Professor profile: One-to-one teaching

Tami Lee Hughes, assistant professor of violin

Student-to-teacher ratio is an often-cited selling point for a class. It’s hard to beat the one-to-one ratio that Tami Lee Hughes offers.

Hughes, assistant professor of violin, works with students one-on-one throughout their careers at KU, teaching them everything from violin technique to stage presence. In a new KU YouTube video, she discusses her unique relationship with students as well as her research and career as a performer.

“I work with my students one-on-one, so that means I have a very unique relationship with each student,” Hughes said. “I see my students from the time they are freshmen all the way through graduation. So I get to see them grow and develop as people, as musicians.”

Although a violin professor teaches her students the fundamentals of technique, helping them play the right notes is only the tip of the iceberg. After all, the purpose of a musician is to perform, and the piece itself is only part of the presentation.

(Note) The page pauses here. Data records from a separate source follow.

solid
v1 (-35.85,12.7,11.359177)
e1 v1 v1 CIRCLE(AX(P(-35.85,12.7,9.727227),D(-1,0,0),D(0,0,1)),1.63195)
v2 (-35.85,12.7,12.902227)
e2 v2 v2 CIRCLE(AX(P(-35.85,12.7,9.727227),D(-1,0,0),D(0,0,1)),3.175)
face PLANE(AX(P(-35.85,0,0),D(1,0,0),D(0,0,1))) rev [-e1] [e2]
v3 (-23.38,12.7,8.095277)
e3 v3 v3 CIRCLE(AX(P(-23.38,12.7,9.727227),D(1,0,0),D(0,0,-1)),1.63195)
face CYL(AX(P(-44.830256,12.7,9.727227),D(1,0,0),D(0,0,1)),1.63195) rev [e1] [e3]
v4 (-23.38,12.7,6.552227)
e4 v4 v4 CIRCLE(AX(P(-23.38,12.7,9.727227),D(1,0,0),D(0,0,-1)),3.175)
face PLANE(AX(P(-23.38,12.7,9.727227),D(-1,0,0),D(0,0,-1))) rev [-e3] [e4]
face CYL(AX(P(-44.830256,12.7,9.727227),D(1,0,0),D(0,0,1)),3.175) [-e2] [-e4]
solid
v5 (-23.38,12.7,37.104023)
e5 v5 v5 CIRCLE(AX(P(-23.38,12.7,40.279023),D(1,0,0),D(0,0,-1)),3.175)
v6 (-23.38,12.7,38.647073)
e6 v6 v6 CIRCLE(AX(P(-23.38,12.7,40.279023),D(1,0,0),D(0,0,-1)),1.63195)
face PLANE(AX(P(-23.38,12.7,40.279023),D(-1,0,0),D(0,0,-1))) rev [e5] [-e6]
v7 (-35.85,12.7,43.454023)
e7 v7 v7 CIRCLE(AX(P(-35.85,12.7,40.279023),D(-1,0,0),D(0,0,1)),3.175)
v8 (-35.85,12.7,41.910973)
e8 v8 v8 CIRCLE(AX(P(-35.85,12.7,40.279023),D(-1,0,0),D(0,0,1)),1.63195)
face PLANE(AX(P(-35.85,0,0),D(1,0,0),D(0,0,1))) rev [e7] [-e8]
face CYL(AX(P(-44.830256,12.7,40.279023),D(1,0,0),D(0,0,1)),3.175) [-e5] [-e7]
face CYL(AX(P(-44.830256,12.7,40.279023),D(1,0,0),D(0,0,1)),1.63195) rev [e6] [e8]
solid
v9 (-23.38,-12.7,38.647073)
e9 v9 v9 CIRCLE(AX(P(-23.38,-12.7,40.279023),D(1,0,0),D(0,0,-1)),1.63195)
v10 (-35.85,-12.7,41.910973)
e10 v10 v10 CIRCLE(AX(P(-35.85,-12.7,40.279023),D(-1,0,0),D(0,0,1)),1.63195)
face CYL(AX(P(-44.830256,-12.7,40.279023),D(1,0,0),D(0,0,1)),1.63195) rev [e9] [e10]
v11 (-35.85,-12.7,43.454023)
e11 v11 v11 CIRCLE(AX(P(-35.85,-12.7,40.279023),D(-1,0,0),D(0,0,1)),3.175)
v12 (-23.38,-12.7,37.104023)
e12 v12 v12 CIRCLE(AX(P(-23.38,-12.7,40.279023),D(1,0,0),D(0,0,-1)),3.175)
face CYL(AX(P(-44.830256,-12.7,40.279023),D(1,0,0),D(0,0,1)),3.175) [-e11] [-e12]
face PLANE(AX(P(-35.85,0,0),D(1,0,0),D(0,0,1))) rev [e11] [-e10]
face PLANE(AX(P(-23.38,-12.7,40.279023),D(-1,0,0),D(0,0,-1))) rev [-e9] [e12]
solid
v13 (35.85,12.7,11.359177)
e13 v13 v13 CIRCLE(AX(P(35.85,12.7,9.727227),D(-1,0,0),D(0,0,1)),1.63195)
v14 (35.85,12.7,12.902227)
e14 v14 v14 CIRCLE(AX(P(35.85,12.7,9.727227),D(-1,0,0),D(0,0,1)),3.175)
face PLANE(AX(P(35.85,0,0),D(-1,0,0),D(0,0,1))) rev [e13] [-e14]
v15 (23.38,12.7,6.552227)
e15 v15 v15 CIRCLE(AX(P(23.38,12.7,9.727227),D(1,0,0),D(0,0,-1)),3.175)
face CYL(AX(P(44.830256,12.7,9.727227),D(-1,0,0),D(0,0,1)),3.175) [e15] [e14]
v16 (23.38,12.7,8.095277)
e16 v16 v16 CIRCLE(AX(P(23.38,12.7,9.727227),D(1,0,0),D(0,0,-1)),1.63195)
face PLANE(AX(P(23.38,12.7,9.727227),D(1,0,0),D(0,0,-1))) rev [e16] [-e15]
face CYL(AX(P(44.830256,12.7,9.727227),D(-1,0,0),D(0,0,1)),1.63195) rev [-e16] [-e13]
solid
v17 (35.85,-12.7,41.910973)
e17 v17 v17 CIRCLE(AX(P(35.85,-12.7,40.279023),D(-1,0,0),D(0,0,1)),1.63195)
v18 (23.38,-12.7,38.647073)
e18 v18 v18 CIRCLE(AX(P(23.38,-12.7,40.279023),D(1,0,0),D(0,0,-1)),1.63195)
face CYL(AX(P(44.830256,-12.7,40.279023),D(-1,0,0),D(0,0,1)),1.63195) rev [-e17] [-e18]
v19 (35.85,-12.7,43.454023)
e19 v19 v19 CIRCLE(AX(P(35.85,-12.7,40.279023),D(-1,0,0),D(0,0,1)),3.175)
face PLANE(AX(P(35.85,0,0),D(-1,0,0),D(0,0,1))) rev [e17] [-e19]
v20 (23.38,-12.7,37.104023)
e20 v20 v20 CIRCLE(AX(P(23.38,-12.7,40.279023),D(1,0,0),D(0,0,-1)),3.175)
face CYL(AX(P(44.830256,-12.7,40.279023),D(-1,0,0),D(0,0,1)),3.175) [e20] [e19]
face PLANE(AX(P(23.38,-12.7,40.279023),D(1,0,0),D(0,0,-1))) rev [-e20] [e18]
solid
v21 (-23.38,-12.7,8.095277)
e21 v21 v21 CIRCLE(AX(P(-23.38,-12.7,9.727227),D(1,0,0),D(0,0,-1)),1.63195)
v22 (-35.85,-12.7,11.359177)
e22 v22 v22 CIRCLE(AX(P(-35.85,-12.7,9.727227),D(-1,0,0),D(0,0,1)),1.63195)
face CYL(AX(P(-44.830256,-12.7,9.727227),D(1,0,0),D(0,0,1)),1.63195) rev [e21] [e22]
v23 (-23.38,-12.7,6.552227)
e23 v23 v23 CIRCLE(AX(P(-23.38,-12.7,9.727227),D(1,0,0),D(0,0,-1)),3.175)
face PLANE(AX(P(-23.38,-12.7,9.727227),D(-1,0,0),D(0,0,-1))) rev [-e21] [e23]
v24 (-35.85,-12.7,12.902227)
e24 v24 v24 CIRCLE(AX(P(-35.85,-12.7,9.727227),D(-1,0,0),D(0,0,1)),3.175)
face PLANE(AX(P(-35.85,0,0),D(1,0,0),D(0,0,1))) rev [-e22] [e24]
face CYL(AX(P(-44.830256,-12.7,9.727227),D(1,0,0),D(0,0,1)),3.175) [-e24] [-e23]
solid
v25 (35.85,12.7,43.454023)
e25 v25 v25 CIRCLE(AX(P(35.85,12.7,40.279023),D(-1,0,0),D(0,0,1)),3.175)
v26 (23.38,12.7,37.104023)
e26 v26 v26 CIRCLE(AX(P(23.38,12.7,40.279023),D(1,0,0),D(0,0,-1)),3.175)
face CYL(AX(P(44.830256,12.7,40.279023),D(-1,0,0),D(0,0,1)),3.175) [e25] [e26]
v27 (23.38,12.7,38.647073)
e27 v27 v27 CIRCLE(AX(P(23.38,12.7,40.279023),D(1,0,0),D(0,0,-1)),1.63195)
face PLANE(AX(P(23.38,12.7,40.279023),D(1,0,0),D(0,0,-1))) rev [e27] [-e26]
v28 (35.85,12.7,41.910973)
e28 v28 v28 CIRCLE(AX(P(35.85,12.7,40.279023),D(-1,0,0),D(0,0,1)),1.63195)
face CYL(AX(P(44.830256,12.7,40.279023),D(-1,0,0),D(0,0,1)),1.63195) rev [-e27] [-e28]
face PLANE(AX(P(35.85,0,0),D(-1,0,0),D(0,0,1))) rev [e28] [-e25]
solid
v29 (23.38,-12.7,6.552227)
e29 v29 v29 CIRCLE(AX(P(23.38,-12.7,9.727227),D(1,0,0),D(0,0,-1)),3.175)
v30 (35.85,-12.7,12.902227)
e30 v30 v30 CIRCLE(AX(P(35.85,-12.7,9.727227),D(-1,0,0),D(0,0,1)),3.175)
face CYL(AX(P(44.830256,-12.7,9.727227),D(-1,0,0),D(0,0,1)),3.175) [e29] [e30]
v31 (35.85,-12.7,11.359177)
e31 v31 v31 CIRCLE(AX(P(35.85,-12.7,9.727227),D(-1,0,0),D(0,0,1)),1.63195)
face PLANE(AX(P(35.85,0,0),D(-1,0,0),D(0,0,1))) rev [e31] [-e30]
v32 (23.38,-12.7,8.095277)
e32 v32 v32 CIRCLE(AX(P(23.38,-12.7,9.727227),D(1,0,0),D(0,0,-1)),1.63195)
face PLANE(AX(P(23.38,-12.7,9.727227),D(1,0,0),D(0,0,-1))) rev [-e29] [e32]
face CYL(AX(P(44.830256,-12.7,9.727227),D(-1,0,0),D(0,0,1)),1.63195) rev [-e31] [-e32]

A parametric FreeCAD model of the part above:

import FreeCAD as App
import Part
import Sketcher
Q = App.Units.Quantity

doc = App.newDocument("Part")
body = doc.addObject("PartDesign::Body", "Body")

sketch1 = body.newObject("Sketcher::SketchObject", "Sketch")
sketch1.AttachmentSupport = (doc.getObject("YZ_Plane"), [""])
sketch1.MapMode = "FlatFace"
sketch1.AttachmentOffset = App.Placement(App.Vector(0, 0, 23.38), App.Rotation())
sketch1.addGeometry([
    Part.Circle(App.Vector(12.7, 40.3, 0), App.Vector(0, 0, 1), 3.2),
    Part.Circle(App.Vector(12.7, 40.3, 0), App.Vector(0, 0, 1), 1.6),
], False)
sketch1.addConstraint([
    Sketcher.Constraint("Coincident", 1, 3, 0, 3),
    Sketcher.Constraint("Diameter", 0, Q("0.25 in")),
    Sketcher.Constraint("Diameter", 1, Q("0.1285 in")),
    Sketcher.Constraint("DistanceX", -1, 1, 0, 3, Q("0.5 in")),
    Sketcher.Constraint("DistanceY", -1, 1, 0, 3, 40.279023),
])
pad1 = body.newObject("PartDesign::Pad", "Pad")
pad1.Profile = sketch1
pad1.Length = 12.47
body2 = doc.addObject("PartDesign::Body", "Body001")

sketch2 = body2.newObject("Sketcher::SketchObject", "Sketch001")
sketch2.AttachmentSupport = (doc.getObject("YZ_Plane001"), [""])
sketch2.MapMode = "FlatFace"
sketch2.AttachmentOffset = App.Placement(App.Vector(0, 0, 23.38), App.Rotation())
sketch2.addGeometry([
    Part.Circle(App.Vector(-12.7, 40.3, 0), App.Vector(0, 0, 1), 3.2),
    Part.Circle(App.Vector(-12.7, 40.3, 0), App.Vector(0, 0, 1), 1.6),
], False)
sketch2.addConstraint([
    Sketcher.Constraint("Coincident", 1, 3, 0, 3),
    Sketcher.Constraint("Diameter", 0, Q("0.25 in")),
    Sketcher.Constraint("Diameter", 1, Q("0.1285 in")),
    Sketcher.Constraint("DistanceX", 0, 3, -1, 1, Q("0.5 in")),
    Sketcher.Constraint("DistanceY", -1, 1, 0, 3, 40.279023),
])
pad2 = body2.newObject("PartDesign::Pad", "Pad001")
pad2.Profile = sketch2
pad2.Length = 12.47
body3 = doc.addObject("PartDesign::Body", "Body002")

sketch3 = body3.newObject("Sketcher::SketchObject", "Sketch002")
sketch3.AttachmentSupport = (doc.getObject("YZ_Plane002"), [""])
sketch3.MapMode = "FlatFace"
sketch3.AttachmentOffset = App.Placement(App.Vector(0, 0, 23.38), App.Rotation())
sketch3.addGeometry([
    Part.Circle(App.Vector(-12.7, 9.7, 0), App.Vector(0, 0, 1), 3.2),
    Part.Circle(App.Vector(-12.7, 9.7, 0), App.Vector(0, 0, 1), 1.6),
], False)
sketch3.addConstraint([
    Sketcher.Constraint("Coincident", 1, 3, 0, 3),
    Sketcher.Constraint("Diameter", 0, Q("0.25 in")),
    Sketcher.Constraint("Diameter", 1, Q("0.1285 in")),
    Sketcher.Constraint("DistanceX", 0, 3, -1, 1, Q("0.5 in")),
    Sketcher.Constraint("DistanceY", -1, 1, 0, 3, 9.727227),
])
pad3 = body3.newObject("PartDesign::Pad", "Pad002")
pad3.Profile = sketch3
pad3.Length = 12.47
body4 = doc.addObject("PartDesign::Body", "Body003")

sketch4 = body4.newObject("Sketcher::SketchObject", "Sketch003")
sketch4.AttachmentSupport = (doc.getObject("YZ_Plane003"), [""])
sketch4.MapMode = "FlatFace"
sketch4.AttachmentOffset = App.Placement(App.Vector(0, 0, 23.38), App.Rotation())
sketch4.addGeometry([
    Part.Circle(App.Vector(12.7, 9.7, 0), App.Vector(0, 0, 1), 3.2),
    Part.Circle(App.Vector(12.7, 9.7, 0), App.Vector(0, 0, 1), 1.6),
], False)
sketch4.addConstraint([
    Sketcher.Constraint("Coincident", 1, 3, 0, 3),
    Sketcher.Constraint("Diameter", 0, Q("0.25 in")),
    Sketcher.Constraint("Diameter", 1, Q("0.1285 in")),
    Sketcher.Constraint("DistanceX", -1, 1, 0, 3, Q("0.5 in")),
    Sketcher.Constraint("DistanceY", -1, 1, 0, 3, 9.727227),
])
pad4 = body4.newObject("PartDesign::Pad", "Pad003")
pad4.Profile = sketch4
pad4.Length = 12.47
body5 = doc.addObject("PartDesign::Body", "Body004")
doc.recompute()

mirroring = doc.addObject("Part::Mirroring", "Mirroring")
mirroring.Source = body4
mirroring.Base = App.Vector(0, 0, 0)
mirroring.Normal = App.Vector(1, 0, 0)
body5.BaseFeature = mirroring
doc.recompute()
body6 = doc.addObject("PartDesign::Body", "Body005")
doc.recompute()

mirroring2 = doc.addObject("Part::Mirroring", "Mirroring001")
mirroring2.Source = body
mirroring2.Base = App.Vector(0, 0, 0)
mirroring2.Normal = App.Vector(1, 0, 0)
body6.BaseFeature = mirroring2
doc.recompute()
body7 = doc.addObject("PartDesign::Body", "Body006")
doc.recompute()

mirroring3 = doc.addObject("Part::Mirroring", "Mirroring002")
mirroring3.Source = body2
mirroring3.Base = App.Vector(0, 0, 0)
mirroring3.Normal = App.Vector(1, 0, 0)
body7.BaseFeature = mirroring3
doc.recompute()
body8 = doc.addObject("PartDesign::Body", "Body007")
doc.recompute()

mirroring4 = doc.addObject("Part::Mirroring", "Mirroring003")
mirroring4.Source = body3
mirroring4.Base = App.Vector(0, 0, 0)
mirroring4.Normal = App.Vector(1, 0, 0)
body8.BaseFeature = mirroring4
doc.recompute()
mirroring.Visibility = False
mirroring2.Visibility = False
mirroring3.Visibility = False
mirroring4.Visibility = False

doc.recompute()
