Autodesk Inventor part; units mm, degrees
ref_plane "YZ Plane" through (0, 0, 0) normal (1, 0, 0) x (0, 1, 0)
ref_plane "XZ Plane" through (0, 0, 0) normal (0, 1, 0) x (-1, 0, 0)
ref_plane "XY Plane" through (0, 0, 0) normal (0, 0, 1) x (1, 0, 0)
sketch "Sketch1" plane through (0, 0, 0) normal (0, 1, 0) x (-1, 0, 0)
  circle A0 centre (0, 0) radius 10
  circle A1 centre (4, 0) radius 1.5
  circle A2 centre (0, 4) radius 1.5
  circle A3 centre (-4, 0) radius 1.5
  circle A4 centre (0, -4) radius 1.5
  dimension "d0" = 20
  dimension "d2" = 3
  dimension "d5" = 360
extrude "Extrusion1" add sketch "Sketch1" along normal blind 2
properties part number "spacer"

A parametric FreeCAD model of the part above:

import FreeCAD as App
import Part
import Sketcher
Q = App.Units.Quantity

doc = App.newDocument("Part")
body = doc.addObject("PartDesign::Body", "Body")

# Sketch on XZ plane
sketch1 = body.newObject("Sketcher::SketchObject", "Sketch")
sketch1.AttachmentSupport = (doc.getObject("XZ_Plane"), [""])
sketch1.MapMode = "FlatFace"
sketch1.addGeometry(Part.Circle(App.Vector(0, 0, 0), App.Vector(0, 0, 1), 10), False)
sketch1.addGeometry(Part.Circle(App.Vector(0, -4, 0), App.Vector(0, 0, 1), 1.5), False)
sketch1.addGeometry(Part.Circle(App.Vector(4, 0, 0), App.Vector(0, 0, 1), 1.5), False)
sketch1.addGeometry(Part.Circle(App.Vector(-4, 0, 0), App.Vector(0, 0, 1), 1.5), False)
sketch1.addGeometry(Part.Circle(App.Vector(0, 4, 0), App.Vector(0, 0, 1), 1.5), False)
sketch1.addConstraint(Sketcher.Constraint("Coincident", 0, 3, -1, 1))
sketch1.addConstraint(Sketcher.Constraint("Equal", 1, 2))
sketch1.addConstraint(Sketcher.Constraint("Equal", 2, 3))
sketch1.addConstraint(Sketcher.Constraint("Equal", 3, 4))
sketch1.addConstraint(Sketcher.Constraint("Symmetric", 2, 3, 3, 3, -1, 1))
sketch1.addConstraint(Sketcher.Constraint("Symmetric", 1, 3, 4, 3, -1, 1))
sketch1.addConstraint(Sketcher.Constraint("PointOnObject", 1, 3, -2))
sketch1.addConstraint(Sketcher.Constraint("PointOnObject", 2, 3, -1))
sketch1.addConstraint(Sketcher.Constraint("Diameter", 0, Q("20 mm")))
sketch1.addConstraint(Sketcher.Constraint("Diameter", 1, Q("3 mm")))
sketch1.addConstraint(Sketcher.Constraint("DistanceY", 1, 3, -1, 1, Q("4 mm")))
sketch1.addConstraint(Sketcher.Constraint("DistanceX", -1, 1, 2, 3, Q("4 mm")))
pad1 = body.newObject("PartDesign::Pad", "Pad")
pad1.Profile = sketch1
pad1.Length = 2
pad1.Reversed = True

doc.recompute()
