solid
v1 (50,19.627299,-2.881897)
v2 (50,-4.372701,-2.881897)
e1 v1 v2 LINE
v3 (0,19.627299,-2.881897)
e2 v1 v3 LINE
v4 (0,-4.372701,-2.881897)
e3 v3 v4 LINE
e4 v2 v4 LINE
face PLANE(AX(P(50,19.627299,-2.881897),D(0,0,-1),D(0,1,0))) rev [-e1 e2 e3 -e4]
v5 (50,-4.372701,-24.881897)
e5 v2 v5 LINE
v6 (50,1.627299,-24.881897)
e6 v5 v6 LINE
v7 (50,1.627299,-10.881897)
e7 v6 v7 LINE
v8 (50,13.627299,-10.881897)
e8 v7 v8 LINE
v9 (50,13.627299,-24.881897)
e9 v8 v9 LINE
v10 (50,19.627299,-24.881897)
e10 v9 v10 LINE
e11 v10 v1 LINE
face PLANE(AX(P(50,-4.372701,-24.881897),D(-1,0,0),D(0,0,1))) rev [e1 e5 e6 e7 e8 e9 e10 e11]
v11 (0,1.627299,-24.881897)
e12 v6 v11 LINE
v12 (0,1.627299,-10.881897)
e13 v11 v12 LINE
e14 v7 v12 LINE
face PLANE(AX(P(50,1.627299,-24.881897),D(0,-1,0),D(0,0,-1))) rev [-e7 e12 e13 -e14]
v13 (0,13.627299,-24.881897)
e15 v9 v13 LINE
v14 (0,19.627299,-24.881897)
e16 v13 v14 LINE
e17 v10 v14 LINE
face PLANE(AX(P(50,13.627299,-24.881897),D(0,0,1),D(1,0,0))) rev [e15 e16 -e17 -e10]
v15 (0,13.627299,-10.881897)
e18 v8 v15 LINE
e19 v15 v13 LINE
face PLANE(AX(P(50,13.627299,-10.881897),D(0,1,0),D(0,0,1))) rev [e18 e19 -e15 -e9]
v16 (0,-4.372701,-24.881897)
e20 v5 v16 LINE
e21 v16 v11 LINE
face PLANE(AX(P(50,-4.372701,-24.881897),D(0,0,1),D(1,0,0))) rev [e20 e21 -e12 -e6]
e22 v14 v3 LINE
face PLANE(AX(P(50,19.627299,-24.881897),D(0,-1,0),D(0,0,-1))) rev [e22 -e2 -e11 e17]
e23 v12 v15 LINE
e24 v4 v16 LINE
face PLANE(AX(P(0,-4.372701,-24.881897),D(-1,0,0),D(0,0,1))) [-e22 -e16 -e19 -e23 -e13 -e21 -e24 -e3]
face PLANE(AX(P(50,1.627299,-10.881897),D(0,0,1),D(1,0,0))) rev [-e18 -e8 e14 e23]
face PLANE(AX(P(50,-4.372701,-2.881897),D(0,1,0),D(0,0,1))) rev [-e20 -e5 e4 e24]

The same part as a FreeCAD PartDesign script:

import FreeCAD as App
import Part
import Sketcher
Q = App.Units.Quantity


def add_polygon(sketch, points):
    """Adds a closed chain of lines whose ends are joined by coincident constraints."""
    first, n = sketch.GeometryCount, len(points)
    for a, b in zip(points, points[1:] + points[:1]):
        sketch.addGeometry(Part.LineSegment(App.Vector(*a, 0), App.Vector(*b, 0)), False)
    for i in range(n):
        sketch.addConstraint(Sketcher.Constraint("Coincident", first + i, 2, first + (i + 1) % n, 1))

doc = App.newDocument("Part")
params = doc.addObject("Spreadsheet::Sheet", "Params")
for row, (alias, value) in enumerate([
    ("sketch1_width", "24 mm"),
    ("sketch1_width2", "6 mm"),
    ("sketch1_height", "22 mm"),
    ("sketch1_height2", "14 mm"),
    ("pad1_length", "50 mm"),
], start=1):
    params.set(f"A{row}", alias)
    params.set(f"B{row}", "=" + value)
    params.setAlias(f"B{row}", alias)

body = doc.addObject("PartDesign::Body", "Body")

sketch1 = body.newObject("Sketcher::SketchObject", "Sketch")
sketch1.AttachmentSupport = (doc.getObject("YZ_Plane"), [""])
sketch1.MapMode = "FlatFace"
add_polygon(sketch1, [(20, -25), (20, -3), (-4, -3), (-4, -25), (2, -25), (2, -11), (14, -11), (14, -25)])
sketch1.addConstraint([
    Sketcher.Constraint("Vertical", 0),
    Sketcher.Constraint("Horizontal", 1),
    Sketcher.Constraint("Vertical", 2),
    Sketcher.Constraint("Horizontal", 3),
    Sketcher.Constraint("Vertical", 4),
    Sketcher.Constraint("Horizontal", 5),
    Sketcher.Constraint("Vertical", 6),
    Sketcher.Constraint("Horizontal", 7),
    Sketcher.Constraint("Horizontal", 3, 2, 6, 2),
    Sketcher.Constraint("Equal", 3, 7),
    Sketcher.Constraint("DistanceX", 1, 2, 1, 1, Q("24 mm")),
    Sketcher.Constraint("DistanceX", 3, 1, 3, 2, Q("6 mm")),
    Sketcher.Constraint("DistanceY", 0, 1, 0, 2, Q("22 mm")),
    Sketcher.Constraint("DistanceY", 4, 1, 4, 2, Q("14 mm")),
    Sketcher.Constraint("DistanceX", -1, 1, 0, 2, Q("19.627299 mm")),
    Sketcher.Constraint("DistanceY", 0, 2, -1, 1, Q("2.881897 mm")),
])
sketch1.setExpression("Constraints[18]", "Params.sketch1_width")
sketch1.setExpression("Constraints[19]", "Params.sketch1_width2")
sketch1.setExpression("Constraints[20]", "Params.sketch1_height")
sketch1.setExpression("Constraints[21]", "Params.sketch1_height2")
pad1 = body.newObject("PartDesign::Pad", "Pad")
pad1.Profile = sketch1
pad1.setExpression("Length", "Params.pad1_length")

doc.recompute()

“One of the most rewarding but nerve-wracking parts of being a musician is getting in front of an audience and having to perform,” Hughes said. “For students, this can be pretty intimidating. Each year they have performance exams to help them prepare and practice for performing in the professional world. So we talk about everything from how to carry themselves on stage, how to present themselves, how to walk on stage, what to wear, where to stand, how to wear their hair and how to relate to the audience and how to give to the audience in performance.”

Teaching students about performance is no stretch for Hughes, who has played as a soloist with numerous musical outfits, including the National Symphony Orchestra. She’s also no stranger to the recording studio, having played violin on recordings for musicians such as Aretha Franklin, Donnie McClurkin and Fred Hammond.

Working with students who will go on to become professional musicians and educators is just one part of Hughes’ role. Like her university colleagues, she’s also engaged in research.

One of her primary projects is an effort to research pieces for violin by African-American composers. The pieces run the gamut from gospel to jazz to classical. She is recording several works of this kind for a CD to be released in 2010.

Her “dream project” will take violin music to young people who might not otherwise have a chance to hear it.

“My big project, and my dream, is to visit 10 of the poorest schools in the United States to present music from the research that I’m conducting on African-American composers,” she said. “There are so many children who are bombarded with negativity in their lives. So I’d like to take the music to them and give them inspiration, give them guidance and let them know that people care about them.”